When patients confront higher out-of-pocket costs outside the limited ACO network, Sacks said, they are less inclined to shop around for providers who are ready and willing to deliver some overused services, such as imaging for back pain, even when research suggests the treatment is not needed.
A 2011 survey of accountable care that included some of the largest U.S. insurers found some had lowered premiums or copayments for patients who see ACO providers. Overall, insurers made few benefit changes, according to results of the survey by the trade group America's Health Insurance Plans.
Insurers reported some health plans already included incentives and said they delayed benefit design changes to focus first on new incentives for providers. Insurers also reported concern that patients would feel “locked in” by benefits that limited choice.
Some of the nation's largest insurers are signing healthcare providers to accountable care contracts. Those deals could include incentives for healthy behavior, but at the employer's discretion, one major insurer said.
Incentives to encourage weight loss, smoking cessation and preventive care have grown more widespread under health plans offered by employers. Cash, gift cards or reduced health insurance premiums are increasingly awarded to workers who complete health evaluations, reduce a major health risk, such as smoking, or work with coaches to prevent complications from ailments such as congestive heart failure. Other companies require workers with health risks to pay more.
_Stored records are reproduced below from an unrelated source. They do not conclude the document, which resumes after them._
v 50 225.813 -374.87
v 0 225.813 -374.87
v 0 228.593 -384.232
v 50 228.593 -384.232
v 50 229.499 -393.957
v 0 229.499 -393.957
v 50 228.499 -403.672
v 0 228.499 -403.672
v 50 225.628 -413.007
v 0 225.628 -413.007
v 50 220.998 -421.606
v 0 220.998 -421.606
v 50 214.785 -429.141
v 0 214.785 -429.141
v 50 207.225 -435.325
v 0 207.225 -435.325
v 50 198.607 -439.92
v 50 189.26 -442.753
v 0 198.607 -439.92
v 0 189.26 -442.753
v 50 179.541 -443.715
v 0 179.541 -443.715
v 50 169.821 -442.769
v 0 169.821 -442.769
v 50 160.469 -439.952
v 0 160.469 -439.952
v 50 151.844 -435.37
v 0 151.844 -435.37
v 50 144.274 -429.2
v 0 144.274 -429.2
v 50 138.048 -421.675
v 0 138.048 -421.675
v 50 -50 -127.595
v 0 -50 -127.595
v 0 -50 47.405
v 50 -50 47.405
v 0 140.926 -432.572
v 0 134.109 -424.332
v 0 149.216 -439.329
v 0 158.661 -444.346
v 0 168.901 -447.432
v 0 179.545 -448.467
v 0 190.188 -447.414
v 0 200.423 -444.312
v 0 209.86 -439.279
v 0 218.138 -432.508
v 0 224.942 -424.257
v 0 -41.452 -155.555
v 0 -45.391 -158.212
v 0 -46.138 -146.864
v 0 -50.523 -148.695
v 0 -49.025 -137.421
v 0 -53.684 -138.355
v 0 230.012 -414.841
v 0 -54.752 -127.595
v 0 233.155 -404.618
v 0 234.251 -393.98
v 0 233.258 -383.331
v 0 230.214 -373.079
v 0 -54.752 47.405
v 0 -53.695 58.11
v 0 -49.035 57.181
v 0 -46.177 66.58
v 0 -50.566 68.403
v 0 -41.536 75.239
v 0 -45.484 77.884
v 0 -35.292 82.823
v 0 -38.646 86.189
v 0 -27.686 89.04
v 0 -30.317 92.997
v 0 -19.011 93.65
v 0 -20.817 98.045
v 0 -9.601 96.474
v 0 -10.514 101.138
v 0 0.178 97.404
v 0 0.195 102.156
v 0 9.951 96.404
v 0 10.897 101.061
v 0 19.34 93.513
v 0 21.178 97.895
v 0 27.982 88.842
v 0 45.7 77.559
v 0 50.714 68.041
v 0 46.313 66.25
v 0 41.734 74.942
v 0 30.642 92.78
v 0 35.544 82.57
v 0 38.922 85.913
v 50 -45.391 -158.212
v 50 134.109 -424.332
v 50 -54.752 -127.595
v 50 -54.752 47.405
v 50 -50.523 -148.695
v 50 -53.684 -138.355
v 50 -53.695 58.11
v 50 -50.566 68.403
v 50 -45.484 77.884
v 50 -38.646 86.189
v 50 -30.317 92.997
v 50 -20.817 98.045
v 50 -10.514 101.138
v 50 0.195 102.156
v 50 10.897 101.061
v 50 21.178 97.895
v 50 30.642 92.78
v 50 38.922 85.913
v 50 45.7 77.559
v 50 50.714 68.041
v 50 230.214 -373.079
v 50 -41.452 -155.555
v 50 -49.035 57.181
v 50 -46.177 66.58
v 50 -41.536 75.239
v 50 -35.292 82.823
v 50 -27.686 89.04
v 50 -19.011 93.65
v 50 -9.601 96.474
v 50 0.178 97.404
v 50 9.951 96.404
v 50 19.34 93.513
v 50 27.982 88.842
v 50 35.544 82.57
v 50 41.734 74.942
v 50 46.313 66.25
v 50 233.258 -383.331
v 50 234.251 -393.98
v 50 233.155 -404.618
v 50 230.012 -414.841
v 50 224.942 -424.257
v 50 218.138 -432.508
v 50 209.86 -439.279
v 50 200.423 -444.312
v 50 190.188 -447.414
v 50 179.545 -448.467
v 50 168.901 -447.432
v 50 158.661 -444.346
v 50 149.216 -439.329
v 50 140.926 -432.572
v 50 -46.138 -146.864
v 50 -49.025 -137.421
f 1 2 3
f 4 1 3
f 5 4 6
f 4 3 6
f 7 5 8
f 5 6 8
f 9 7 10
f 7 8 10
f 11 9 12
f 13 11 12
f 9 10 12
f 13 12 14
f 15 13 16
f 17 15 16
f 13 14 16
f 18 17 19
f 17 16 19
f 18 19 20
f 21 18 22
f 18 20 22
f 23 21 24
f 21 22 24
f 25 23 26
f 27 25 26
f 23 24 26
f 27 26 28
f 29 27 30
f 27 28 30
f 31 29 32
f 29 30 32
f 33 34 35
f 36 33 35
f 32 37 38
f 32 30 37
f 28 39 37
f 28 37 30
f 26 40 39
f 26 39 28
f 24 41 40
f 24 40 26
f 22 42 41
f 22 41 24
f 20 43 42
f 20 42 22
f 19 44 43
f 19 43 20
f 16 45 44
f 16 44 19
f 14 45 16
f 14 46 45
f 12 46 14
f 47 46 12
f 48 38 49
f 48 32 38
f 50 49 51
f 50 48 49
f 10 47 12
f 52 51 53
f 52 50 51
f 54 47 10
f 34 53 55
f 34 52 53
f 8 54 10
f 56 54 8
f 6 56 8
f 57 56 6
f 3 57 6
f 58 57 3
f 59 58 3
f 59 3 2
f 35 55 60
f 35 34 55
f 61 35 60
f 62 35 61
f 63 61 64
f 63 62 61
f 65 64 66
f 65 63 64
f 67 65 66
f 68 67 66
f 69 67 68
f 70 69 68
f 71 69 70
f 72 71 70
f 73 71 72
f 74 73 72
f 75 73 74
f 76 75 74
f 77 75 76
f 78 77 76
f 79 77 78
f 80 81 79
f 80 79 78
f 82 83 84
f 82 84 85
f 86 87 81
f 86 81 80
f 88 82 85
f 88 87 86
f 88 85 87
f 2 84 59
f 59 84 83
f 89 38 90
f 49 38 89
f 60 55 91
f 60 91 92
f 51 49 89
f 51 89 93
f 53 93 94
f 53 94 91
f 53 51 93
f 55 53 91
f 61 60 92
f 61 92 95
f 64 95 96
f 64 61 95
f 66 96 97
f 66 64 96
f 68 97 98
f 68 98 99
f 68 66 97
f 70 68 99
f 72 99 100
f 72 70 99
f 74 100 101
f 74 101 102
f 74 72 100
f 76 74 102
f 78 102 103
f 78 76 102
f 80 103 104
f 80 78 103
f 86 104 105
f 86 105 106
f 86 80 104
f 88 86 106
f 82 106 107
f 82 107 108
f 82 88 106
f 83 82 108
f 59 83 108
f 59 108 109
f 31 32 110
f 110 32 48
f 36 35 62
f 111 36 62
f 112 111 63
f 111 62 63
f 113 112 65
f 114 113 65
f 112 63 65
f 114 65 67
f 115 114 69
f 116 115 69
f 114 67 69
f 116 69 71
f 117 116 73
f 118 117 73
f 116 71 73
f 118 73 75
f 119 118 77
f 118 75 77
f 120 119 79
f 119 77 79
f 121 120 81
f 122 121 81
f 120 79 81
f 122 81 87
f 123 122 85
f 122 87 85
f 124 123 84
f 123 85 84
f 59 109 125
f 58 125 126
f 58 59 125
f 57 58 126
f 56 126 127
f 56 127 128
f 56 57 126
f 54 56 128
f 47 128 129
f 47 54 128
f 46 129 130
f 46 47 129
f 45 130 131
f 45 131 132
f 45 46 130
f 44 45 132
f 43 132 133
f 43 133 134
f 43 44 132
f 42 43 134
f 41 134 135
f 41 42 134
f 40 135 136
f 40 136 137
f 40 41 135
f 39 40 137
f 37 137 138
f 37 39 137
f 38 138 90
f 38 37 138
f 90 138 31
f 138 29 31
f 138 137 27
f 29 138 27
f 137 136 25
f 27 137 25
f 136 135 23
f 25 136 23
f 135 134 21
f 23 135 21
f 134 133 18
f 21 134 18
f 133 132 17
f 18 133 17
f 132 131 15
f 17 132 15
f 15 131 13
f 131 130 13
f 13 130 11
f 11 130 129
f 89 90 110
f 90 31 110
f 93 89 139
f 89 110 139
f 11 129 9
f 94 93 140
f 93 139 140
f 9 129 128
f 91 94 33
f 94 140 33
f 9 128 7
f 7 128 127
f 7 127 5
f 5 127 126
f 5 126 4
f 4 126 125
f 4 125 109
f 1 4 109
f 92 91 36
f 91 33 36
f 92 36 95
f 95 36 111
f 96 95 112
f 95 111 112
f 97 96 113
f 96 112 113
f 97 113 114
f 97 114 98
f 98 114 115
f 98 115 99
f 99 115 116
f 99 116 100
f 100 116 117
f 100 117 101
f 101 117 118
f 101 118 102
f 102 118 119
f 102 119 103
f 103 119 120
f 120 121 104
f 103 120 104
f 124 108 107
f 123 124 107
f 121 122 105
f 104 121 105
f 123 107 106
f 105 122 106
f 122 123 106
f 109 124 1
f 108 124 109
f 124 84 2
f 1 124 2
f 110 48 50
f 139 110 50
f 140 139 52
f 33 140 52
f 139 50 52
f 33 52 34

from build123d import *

# Parameters (mm, degrees)
EXTRUDE_1_DEPTH = 50


with BuildPart() as part:
    # 스케치1 → 보스-돌출1 (new body)
    with BuildSketch(Plane(origin=(0, 0, 0), x_dir=(0, 0, -1), z_dir=(1, 0, 0))):
        with BuildLine():
            Line((-68.041278197, 50.714063441), (373.078721803, 230.214063441))
            ThreePointArc((373.078721803, 230.214063441), (442.026414912, 205.264519299), (424.332130863, 134.108518499))
            Line((424.332130863, 134.108518499), (158.212130863, -45.391481501))
            ThreePointArc((158.212130863, -45.391481501), (143.603146836, -52.359602267), (127.595225221, -54.752))
            Line((127.595225221, -54.752), (-47.404774779, -54.752))
            ThreePointArc((-47.404774779, -54.752), (-101.137808871, -10.513921782), (-68.041278197, 50.714063441))
        make_face()
        with BuildLine():
            Line((-66.250208204, 46.312521406), (374.869791796, 225.812521406))
            ThreePointArc((374.869791796, 225.812521406), (437.833421534, 203.028381884), (421.674848287, 138.048106461))
            Line((421.674848287, 138.048106461), (155.554848287, -41.451893539))
            ThreePointArc((155.554848287, -41.451893539), (142.213797707, -47.815241696), (127.595225221, -50))
            Line((127.595225221, -50), (-47.404774779, -50))
            ThreePointArc((-47.404774779, -50), (-96.474246298, -9.601404316), (-66.250208204, 46.312521406))
        make_face(mode=Mode.SUBTRACT)
    extrude(amount=EXTRUDE_1_DEPTH)


solid = part.part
Cigna has nearly 60 accountable care contracts, but the agreements' incentives to improve health stop with hospitals and doctors.
Employers separately negotiate with Cigna for health benefits that prod workers to eat well, exercise or adopt other healthy behaviors. But not all ACO executives say they need insurance benefits to help them deliver value.
Officials with the Palo Alto (Calif.) Medical Foundation, which has accountable care contracts with Cigna and two large employers, do not attempt to negotiate benefits that influence patient behavior, said Cecilia Montalvo, vice president of strategy and business development.
Montalvo said physicians have ample opportunity to improve care coordination for complex and costly patients. Indeed, many accountable care officials said the model itself allows them to better influence patients' choices through clinical efforts to improve care coordination and more effective communication
Rick Igram, vice president of contracting for St. Joseph Health System, said its accountable care contract with Blue Shield of California allows greater flexibility to use payments from the insurer to support programs help patients manage chronic diseases or reduce health risks.
Dr. Joel Kaufman, executive director and CEO of the Lifespan Physicians Professional Service Organization, which includes 950 doctors, said its accountable care effort with UnitedHealthcare is striving to remove barriers to care for complex patients and must find ways to clearly convey treatment options and recommendations to patients and between clinicians.
Lifespan's employees in January for the first time were offered $250 for a healthy weight and $50 to be smoke free—as an employer that self-insures, Lifespan is trying reduce its health spending, Kaufman said. But its accountable care contract with UnitedHealthcare did not address health benefit design. “We just haven't gotten there yet.”